Closed jichenjc closed 1 year ago
first, install bcc on RHEL8.4+ , then try some command , it works fine
yum install libbpf
yum install bcc-tools
[root@m5404019 ~]# /usr/share/bcc/tools/vfsstat
TIME READ/s WRITE/s FSYNC/s OPEN/s CREATE/s
08:22:03: 169 130 0 7 0
08:22:04: 379 202 0 17 0
08:22:05: 244 175 0 10 0
08:22:06: 58 71 0 1 0
08:22:07: 296 123 0 80 0
08:22:08: 154 155 0 2 0
[root@m5404019 ~]# uname -a
Linux m5404019 4.18.0-305.el8.s390x #1 SMP Thu Apr 29 09:06:01 EDT 2021 s390x s390x s390x GNU/Linux
[root@m5404019 ~]#
need some steps:
cp /usr/bin/gcc /usr/bin/s390x-linux-gnu-gcc ==> so we can compile the c file CGO_ENABLED=1 make cross-build-linux-s390x ==> so go can compile c lang
stuck at no bcc/bcc_common.h .. seems only Ubuntu might be ok .. the key question is the files from repo is not sync with my current env if I copy files from repo
we need update LPAR settings to enbale the perf count in order to load those perf count
PERF_COUNT_HW_CPU_CYCLES, PERF_COUNT_HW_INSTRUCTIONS are defined in basic counter set, other events that x86 platform used in kepler are not ok in s390x
currently seems softirq has some problem
bcc_attacher.go:121] failed to attach perf module with options [-DNUM_CPUS=8 -DSET_GROUP_ID]: failed to load softirq_entry: Module: unable to find tracepoint__irq__softirq_entry, not able to load eBPF modules
@jichenjc what is the softirq_entry signature in your /proc/kallsyms
?
@rootfs here's the output ..
# cat /proc/kallsyms | grep softirq_entry
0000000605c513d0 T __traceiter_softirq_entry
0000000605d780d0 t trace_softirq_entry_callback
0000000606711848 d __tracepoint_ptr_softirq_entry
0000000606712696 d __tpstrtab_softirq_entry
0000000606b68f38 D __tracepoint_softirq_entry
0000000606b7e240 d __bpf_trace_tp_map_softirq_entry
0000000606baa828 d event_softirq_entry
0000000606baa9e8 D __SCK__tp_func_softirq_entry
0000000606d8ccf0 d __event_softirq_entry
can you get the output of cat /sys/kernel/debug/tracing/events/irq/softirq_entry/format
# cat /sys/kernel/debug/tracing/events/irq/softirq_entry/format
name: softirq_entry
ID: 69
format:
field:unsigned short common_type; offset:0; size:2; signed:0;
field:unsigned char common_flags; offset:2; size:1; signed:0;
field:unsigned char common_preempt_count; offset:3; size:1; signed:0;
field:int common_pid; offset:4; size:4; signed:1;
field:unsigned int vec; offset:8; size:4; signed:0;
print fmt: "vec=%u [action=%s]", REC->vec, __print_symbolic(REC->vec, { 0, "HI" }, { 1, "TIMER" }, { 2, "NET_TX" }, { 3, "NET_RX" }, { 4, "BLOCK" }, { 5, "IRQ_POLL" }, { 6, "TASKLET" }, { 7, "SCHED" }, { 8, "HRTIMER" }, { 9, "RCU" })

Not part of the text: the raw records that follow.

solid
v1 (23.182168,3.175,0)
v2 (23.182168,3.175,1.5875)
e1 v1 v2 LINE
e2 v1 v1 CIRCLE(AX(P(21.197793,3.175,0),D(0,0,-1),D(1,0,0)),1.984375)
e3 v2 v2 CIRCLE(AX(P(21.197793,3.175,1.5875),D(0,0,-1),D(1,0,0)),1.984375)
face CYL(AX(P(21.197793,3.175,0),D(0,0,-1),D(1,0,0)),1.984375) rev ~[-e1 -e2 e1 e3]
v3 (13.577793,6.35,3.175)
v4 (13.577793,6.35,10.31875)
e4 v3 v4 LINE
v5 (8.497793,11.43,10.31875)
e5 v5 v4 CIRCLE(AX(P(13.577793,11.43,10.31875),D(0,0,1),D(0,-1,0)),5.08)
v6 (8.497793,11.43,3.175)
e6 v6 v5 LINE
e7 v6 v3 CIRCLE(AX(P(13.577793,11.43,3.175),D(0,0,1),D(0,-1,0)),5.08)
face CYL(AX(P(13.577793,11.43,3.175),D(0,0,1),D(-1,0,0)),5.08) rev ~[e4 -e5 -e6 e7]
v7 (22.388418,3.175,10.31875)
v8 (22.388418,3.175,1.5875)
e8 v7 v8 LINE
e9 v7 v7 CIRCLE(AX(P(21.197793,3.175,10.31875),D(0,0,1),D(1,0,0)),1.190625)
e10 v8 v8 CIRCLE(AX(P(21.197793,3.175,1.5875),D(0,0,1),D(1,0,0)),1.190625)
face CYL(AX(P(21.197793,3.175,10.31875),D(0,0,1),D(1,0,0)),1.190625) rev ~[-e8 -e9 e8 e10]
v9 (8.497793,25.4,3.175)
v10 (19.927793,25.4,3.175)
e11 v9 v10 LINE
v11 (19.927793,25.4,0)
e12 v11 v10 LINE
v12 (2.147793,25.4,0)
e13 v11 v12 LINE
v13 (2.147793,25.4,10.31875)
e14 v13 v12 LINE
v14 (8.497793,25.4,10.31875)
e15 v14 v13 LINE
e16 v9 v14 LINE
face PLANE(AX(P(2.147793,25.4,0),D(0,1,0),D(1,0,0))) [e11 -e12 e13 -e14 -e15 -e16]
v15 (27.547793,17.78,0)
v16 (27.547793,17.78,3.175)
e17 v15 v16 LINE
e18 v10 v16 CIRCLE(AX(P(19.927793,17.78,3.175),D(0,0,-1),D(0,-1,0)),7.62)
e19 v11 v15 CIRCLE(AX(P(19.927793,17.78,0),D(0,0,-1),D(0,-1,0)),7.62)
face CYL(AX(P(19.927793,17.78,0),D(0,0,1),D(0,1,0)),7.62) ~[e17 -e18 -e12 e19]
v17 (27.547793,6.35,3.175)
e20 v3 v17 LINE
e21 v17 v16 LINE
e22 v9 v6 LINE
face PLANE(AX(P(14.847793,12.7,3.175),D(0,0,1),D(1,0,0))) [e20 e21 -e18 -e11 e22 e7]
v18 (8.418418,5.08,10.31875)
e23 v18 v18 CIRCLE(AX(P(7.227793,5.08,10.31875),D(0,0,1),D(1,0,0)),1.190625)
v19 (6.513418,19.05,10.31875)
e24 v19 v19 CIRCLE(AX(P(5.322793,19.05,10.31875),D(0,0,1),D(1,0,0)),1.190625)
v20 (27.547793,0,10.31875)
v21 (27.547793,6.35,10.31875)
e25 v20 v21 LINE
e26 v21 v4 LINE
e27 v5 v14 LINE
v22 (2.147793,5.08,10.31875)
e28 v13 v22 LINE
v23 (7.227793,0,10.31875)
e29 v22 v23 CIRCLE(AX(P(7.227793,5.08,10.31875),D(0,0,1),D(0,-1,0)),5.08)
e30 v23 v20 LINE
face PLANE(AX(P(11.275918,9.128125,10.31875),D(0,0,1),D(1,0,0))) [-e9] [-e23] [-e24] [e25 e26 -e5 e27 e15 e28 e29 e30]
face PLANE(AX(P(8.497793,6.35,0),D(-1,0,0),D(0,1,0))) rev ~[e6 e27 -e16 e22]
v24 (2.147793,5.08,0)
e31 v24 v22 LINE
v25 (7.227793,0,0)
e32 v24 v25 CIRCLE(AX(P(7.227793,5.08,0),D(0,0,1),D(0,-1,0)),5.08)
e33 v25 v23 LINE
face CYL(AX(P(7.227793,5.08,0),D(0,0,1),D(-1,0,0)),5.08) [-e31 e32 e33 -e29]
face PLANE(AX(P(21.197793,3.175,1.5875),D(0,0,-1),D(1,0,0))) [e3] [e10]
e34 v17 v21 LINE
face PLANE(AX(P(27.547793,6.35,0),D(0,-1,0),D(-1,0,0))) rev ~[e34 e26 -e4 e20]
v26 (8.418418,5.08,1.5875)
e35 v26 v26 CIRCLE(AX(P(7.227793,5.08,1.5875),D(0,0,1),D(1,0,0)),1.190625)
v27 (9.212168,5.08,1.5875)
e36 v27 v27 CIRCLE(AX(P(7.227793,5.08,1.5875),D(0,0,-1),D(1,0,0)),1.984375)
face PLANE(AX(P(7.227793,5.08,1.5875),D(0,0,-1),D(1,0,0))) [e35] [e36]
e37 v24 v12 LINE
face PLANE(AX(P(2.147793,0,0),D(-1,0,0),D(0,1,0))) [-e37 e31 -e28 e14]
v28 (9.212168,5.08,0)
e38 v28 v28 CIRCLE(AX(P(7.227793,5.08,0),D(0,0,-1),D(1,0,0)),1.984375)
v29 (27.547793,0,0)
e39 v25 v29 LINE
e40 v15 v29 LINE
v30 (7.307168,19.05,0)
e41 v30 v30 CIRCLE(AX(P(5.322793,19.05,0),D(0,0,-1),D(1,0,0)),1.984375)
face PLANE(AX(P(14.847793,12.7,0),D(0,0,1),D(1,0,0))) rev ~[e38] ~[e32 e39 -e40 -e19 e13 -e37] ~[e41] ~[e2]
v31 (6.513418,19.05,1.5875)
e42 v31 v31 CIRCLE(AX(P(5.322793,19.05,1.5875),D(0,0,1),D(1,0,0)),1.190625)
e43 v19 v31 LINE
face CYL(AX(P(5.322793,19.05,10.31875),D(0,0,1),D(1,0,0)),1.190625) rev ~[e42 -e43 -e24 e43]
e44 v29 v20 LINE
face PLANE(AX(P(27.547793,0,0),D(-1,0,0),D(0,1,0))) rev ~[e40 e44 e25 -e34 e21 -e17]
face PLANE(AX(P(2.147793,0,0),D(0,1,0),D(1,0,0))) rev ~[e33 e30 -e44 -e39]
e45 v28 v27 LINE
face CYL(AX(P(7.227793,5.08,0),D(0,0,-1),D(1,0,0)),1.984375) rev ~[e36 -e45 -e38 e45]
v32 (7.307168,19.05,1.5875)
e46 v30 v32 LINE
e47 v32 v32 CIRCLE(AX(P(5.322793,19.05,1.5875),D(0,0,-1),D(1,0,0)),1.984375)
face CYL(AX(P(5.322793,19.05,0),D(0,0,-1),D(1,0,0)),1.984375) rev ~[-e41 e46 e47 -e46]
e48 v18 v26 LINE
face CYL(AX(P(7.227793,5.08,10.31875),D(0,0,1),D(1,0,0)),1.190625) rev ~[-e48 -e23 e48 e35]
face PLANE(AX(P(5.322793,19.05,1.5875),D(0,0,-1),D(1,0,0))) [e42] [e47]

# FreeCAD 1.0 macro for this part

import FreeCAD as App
import Part
import Sketcher
Q = App.Units.Quantity


def edges_at(feature, points):
    """Names of the edges that pass closest to the given points."""
    edges = feature.Shape.Edges
    near = lambda p: min(range(len(edges)), key=lambda i: edges[i].distToShape(Part.Vertex(*p))[0])
    return sorted({f"Edge{near(p) + 1}" for p in points})

doc = App.newDocument("Part")
body = doc.addObject("PartDesign::Body", "Body")

sketch1 = body.newObject("Sketcher::SketchObject", "Sketch")
sketch1.AttachmentSupport = (doc.getObject("XY_Plane"), [""])
sketch1.MapMode = "FlatFace"
sketch1.addGeometry(Part.LineSegment(App.Vector(2.147793, 25.4, 0), App.Vector(2.147793, 0, 0)), False)
sketch1.addGeometry(Part.LineSegment(App.Vector(2.147793, 0, 0), App.Vector(27.547793, 0, 0)), False)
sketch1.addGeometry(Part.LineSegment(App.Vector(27.547793, 0, 0), App.Vector(27.547793, 25.4, 0)), False)
sketch1.addGeometry(Part.LineSegment(App.Vector(27.547793, 25.4, 0), App.Vector(2.147793, 25.4, 0)), False)
sketch1.addConstraint(Sketcher.Constraint("Coincident", 0, 2, 1, 1))
sketch1.addConstraint(Sketcher.Constraint("Coincident", 1, 2, 2, 1))
sketch1.addConstraint(Sketcher.Constraint("Coincident", 2, 2, 3, 1))
sketch1.addConstraint(Sketcher.Constraint("Coincident", 3, 2, 0, 1))
sketch1.addConstraint(Sketcher.Constraint("Vertical", 0))
sketch1.addConstraint(Sketcher.Constraint("Horizontal", 1))
sketch1.addConstraint(Sketcher.Constraint("Vertical", 2))
sketch1.addConstraint(Sketcher.Constraint("Horizontal", 3))
sketch1.addConstraint(Sketcher.Constraint("PointOnObject", 0, 2, -1))
sketch1.addConstraint(Sketcher.Constraint("Equal", 3, 0))
sketch1.addConstraint(Sketcher.Constraint("DistanceX", 1, 1, 1, 2, Q("1 in")))
sketch1.addConstraint(Sketcher.Constraint("DistanceX", -1, 1, 0, 2, 2.147793))
pad1 = body.newObject("PartDesign::Pad", "Pad")
pad1.Profile = sketch1
pad1.Length = Q("0.125 in")

sketch2 = body.newObject("Sketcher::SketchObject", "Sketch001")
sketch2.AttachmentSupport = (doc.getObject("XY_Plane"), [""])
sketch2.MapMode = "FlatFace"
sketch2.addGeometry(Part.LineSegment(App.Vector(2.147793, 0, 0), App.Vector(27.547793, 0, 0)), False)
sketch2.addGeometry(Part.LineSegment(App.Vector(27.547793, 0, 0), App.Vector(27.547793, 6.35, 0)), False)
sketch2.addGeometry(Part.LineSegment(App.Vector(27.547793, 6.35, 0), App.Vector(8.497793, 6.35, 0)), False)
sketch2.addGeometry(Part.LineSegment(App.Vector(8.497793, 6.35, 0), App.Vector(8.497793, 25.4, 0)), False)
sketch2.addGeometry(Part.LineSegment(App.Vector(8.497793, 25.4, 0), App.Vector(2.147793, 25.4, 0)), False)
sketch2.addGeometry(Part.LineSegment(App.Vector(2.147793, 25.4, 0), App.Vector(2.147793, 0, 0)), False)
sketch2.addConstraint(Sketcher.Constraint("Coincident", 0, 2, 1, 1))
sketch2.addConstraint(Sketcher.Constraint("Coincident", 1, 2, 2, 1))
sketch2.addConstraint(Sketcher.Constraint("Coincident", 2, 2, 3, 1))
sketch2.addConstraint(Sketcher.Constraint("Coincident", 3, 2, 4, 1))
sketch2.addConstraint(Sketcher.Constraint("Coincident", 4, 2, 5, 1))
sketch2.addConstraint(Sketcher.Constraint("Coincident", 5, 2, 0, 1))
sketch2.addConstraint(Sketcher.Constraint("Horizontal", 0))
sketch2.addConstraint(Sketcher.Constraint("Vertical", 1))
sketch2.addConstraint(Sketcher.Constraint("Horizontal", 2))
sketch2.addConstraint(Sketcher.Constraint("Vertical", 3))
sketch2.addConstraint(Sketcher.Constraint("Horizontal", 4))
sketch2.addConstraint(Sketcher.Constraint("Vertical", 5))
sketch2.addConstraint(Sketcher.Constraint("PointOnObject", 0, 2, -1))
sketch2.addConstraint(Sketcher.Constraint("Equal", 4, 1))
sketch2.addConstraint(Sketcher.Constraint("Equal", 2, 3))
sketch2.addConstraint(Sketcher.Constraint("DistanceX", 0, 1, 0, 2, Q("1 in")))
sketch2.addConstraint(Sketcher.Constraint("DistanceX", 2, 2, 2, 1, Q("0.75 in")))
sketch2.addConstraint(Sketcher.Constraint("DistanceX", -1, 1, 0, 2, 27.547793))
pad2 = body.newObject("PartDesign::Pad", "Pad001")
pad2.Profile = sketch2
pad2.Length = Q("0.40625 in")
doc.recompute()

fillet = body.newObject("PartDesign::Fillet", "Fillet")
fillet.Base = (pad2, edges_at(pad2, [(8.498, 6.35, 6.747), (2.148, 0, 5.159)]))
fillet.Radius = Q("0.2 in")
doc.recompute()

fillet2 = body.newObject("PartDesign::Fillet", "Fillet001")
fillet2.Base = (fillet, edges_at(fillet, [(27.548, 25.4, 1.587)]))
fillet2.Radius = Q("0.3 in")

sketch3 = body.newObject("Sketcher::SketchObject", "Sketch002")
sketch3.AttachmentSupport = (doc.getObject("XY_Plane"), [""])
sketch3.MapMode = "FlatFace"
sketch3.AttachmentOffset = App.Placement(App.Vector(0, 0, 0.40625 * 25.4), App.Rotation())
sketch3.addGeometry(Part.Circle(App.Vector(7.227793, 5.08, 0), App.Vector(0, 0, 1), 1.190625), False)
sketch3.addGeometry(Part.Circle(App.Vector(5.322793, 19.05, 0), App.Vector(0, 0, 1), 1.190625), False)
sketch3.addGeometry(Part.Circle(App.Vector(21.197793, 3.175, 0), App.Vector(0, 0, 1), 1.190625), False)
sketch3.addConstraint(Sketcher.Constraint("Equal", 0, 1))
sketch3.addConstraint(Sketcher.Constraint("Equal", 1, 2))
sketch3.addConstraint(Sketcher.Constraint("Diameter", 0, Q("0.09375 in")))
sketch3.addConstraint(Sketcher.Constraint("DistanceY", -1, 1, 0, 3, Q("0.2 in")))
sketch3.addConstraint(Sketcher.Constraint("DistanceY", -1, 1, 1, 3, Q("0.75 in")))
sketch3.addConstraint(Sketcher.Constraint("DistanceX", 0, 3, 2, 3, Q("0.55 in")))
sketch3.addConstraint(Sketcher.Constraint("DistanceY", -1, 1, 2, 3, Q("0.125 in")))
sketch3.addConstraint(Sketcher.Constraint("DistanceX", 1, 3, 0, 3, Q("0.075 in")))
sketch3.addConstraint(Sketcher.Constraint("DistanceX", -1, 1, 0, 3, 7.227793))
pocket1 = body.newObject("PartDesign::Pocket", "Pocket")
pocket1.Profile = sketch3
pocket1.Type = "ThroughAll"

sketch4 = body.newObject("Sketcher::SketchObject", "Sketch003")
sketch4.AttachmentSupport = (doc.getObject("XY_Plane"), [""])
sketch4.MapMode = "FlatFace"
sketch4.addGeometry(Part.Circle(App.Vector(7.227793, 5.08, 0), App.Vector(0, 0, 1), 1.984375), False)
sketch4.addGeometry(Part.Circle(App.Vector(21.197793, 3.175, 0), App.Vector(0, 0, 1), 1.984375), False)
sketch4.addGeometry(Part.Circle(App.Vector(5.322793, 19.05, 0), App.Vector(0, 0, 1), 1.984375), False)
sketch4.addConstraint(Sketcher.Constraint("Equal", 0, 1))
sketch4.addConstraint(Sketcher.Constraint("Equal", 1, 2))
sketch4.addConstraint(Sketcher.Constraint("Diameter", 0, Q("0.15625 in")))
sketch4.addConstraint(Sketcher.Constraint("DistanceY", -1, 1, 0, 3, Q("0.2 in")))
sketch4.addConstraint(Sketcher.Constraint("DistanceY", -1, 1, 2, 3, Q("0.75 in")))
sketch4.addConstraint(Sketcher.Constraint("DistanceX", 0, 3, 1, 3, Q("0.55 in")))
sketch4.addConstraint(Sketcher.Constraint("DistanceY", -1, 1, 1, 3, Q("0.125 in")))
sketch4.addConstraint(Sketcher.Constraint("DistanceX", 2, 3, 0, 3, Q("0.075 in")))
sketch4.addConstraint(Sketcher.Constraint("DistanceX", -1, 1, 0, 3, 7.227793))
pocket2 = body.newObject("PartDesign::Pocket", "Pocket001")
pocket2.Profile = sketch4
pocket2.Length = Q("0.0625 in")
pocket2.Reversed = True

doc.recompute()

odd, it should work. Can you try this bcc tool https://github.com/iovisor/bcc/blob/master/tools/softirqs.py
Here is my test:
# python3 ./softirqs.py
Tracing soft irq event time... Hit Ctrl-C to end.
^C
SOFTIRQ TOTAL_usecs
tasklet 6
net_tx 15
block 1001
timer 17774
rcu 24051
net_rx 29631
sched 143765
weird .. I can do this as well
[root@kvms2p11 tools]# ./softirqs.py
Tracing soft irq event time... Hit Ctrl-C to end.
^C
SOFTIRQ TOTAL_usecs
rcu 165
timer 203
sched 436
net_rx 543
ok, above issue is solved, the reason is seems due to go-bindata is not installed so the follow up build scripts not run successfully and didn't find the previous change I made to debug ..sorry for the confusion and I will submit a PR to improve this area
the latest run here is
# ./kepler
I0227 02:12:41.116321 4645 gpu_nvml.go:45] could not init nvml: <nil>
Failed to init nvml: could not init nvml: <nil>, using dummy source to obtain gpu power
I0227 02:12:41.117055 4645 exporter.go:150] Kepler running on version: v-latest-1-g49f97bb-dirty
I0227 02:12:41.117070 4645 config.go:148] using gCgroup ID in the BPF program: true
I0227 02:12:41.117098 4645 config.go:149] kernel version: 5.14
I0227 02:12:41.117119 4645 config.go:167] EnabledGPU: false
I0227 02:12:41.118677 4645 slice_handler.go:179] Not able to find any valid .scope file in /sys/fs/cgroup/system.slice, this likely cause all cgroup metrics to be 0
I0227 02:12:41.118918 4645 acpi.go:77] Could not find any ACPI power meter path. Is it a VM?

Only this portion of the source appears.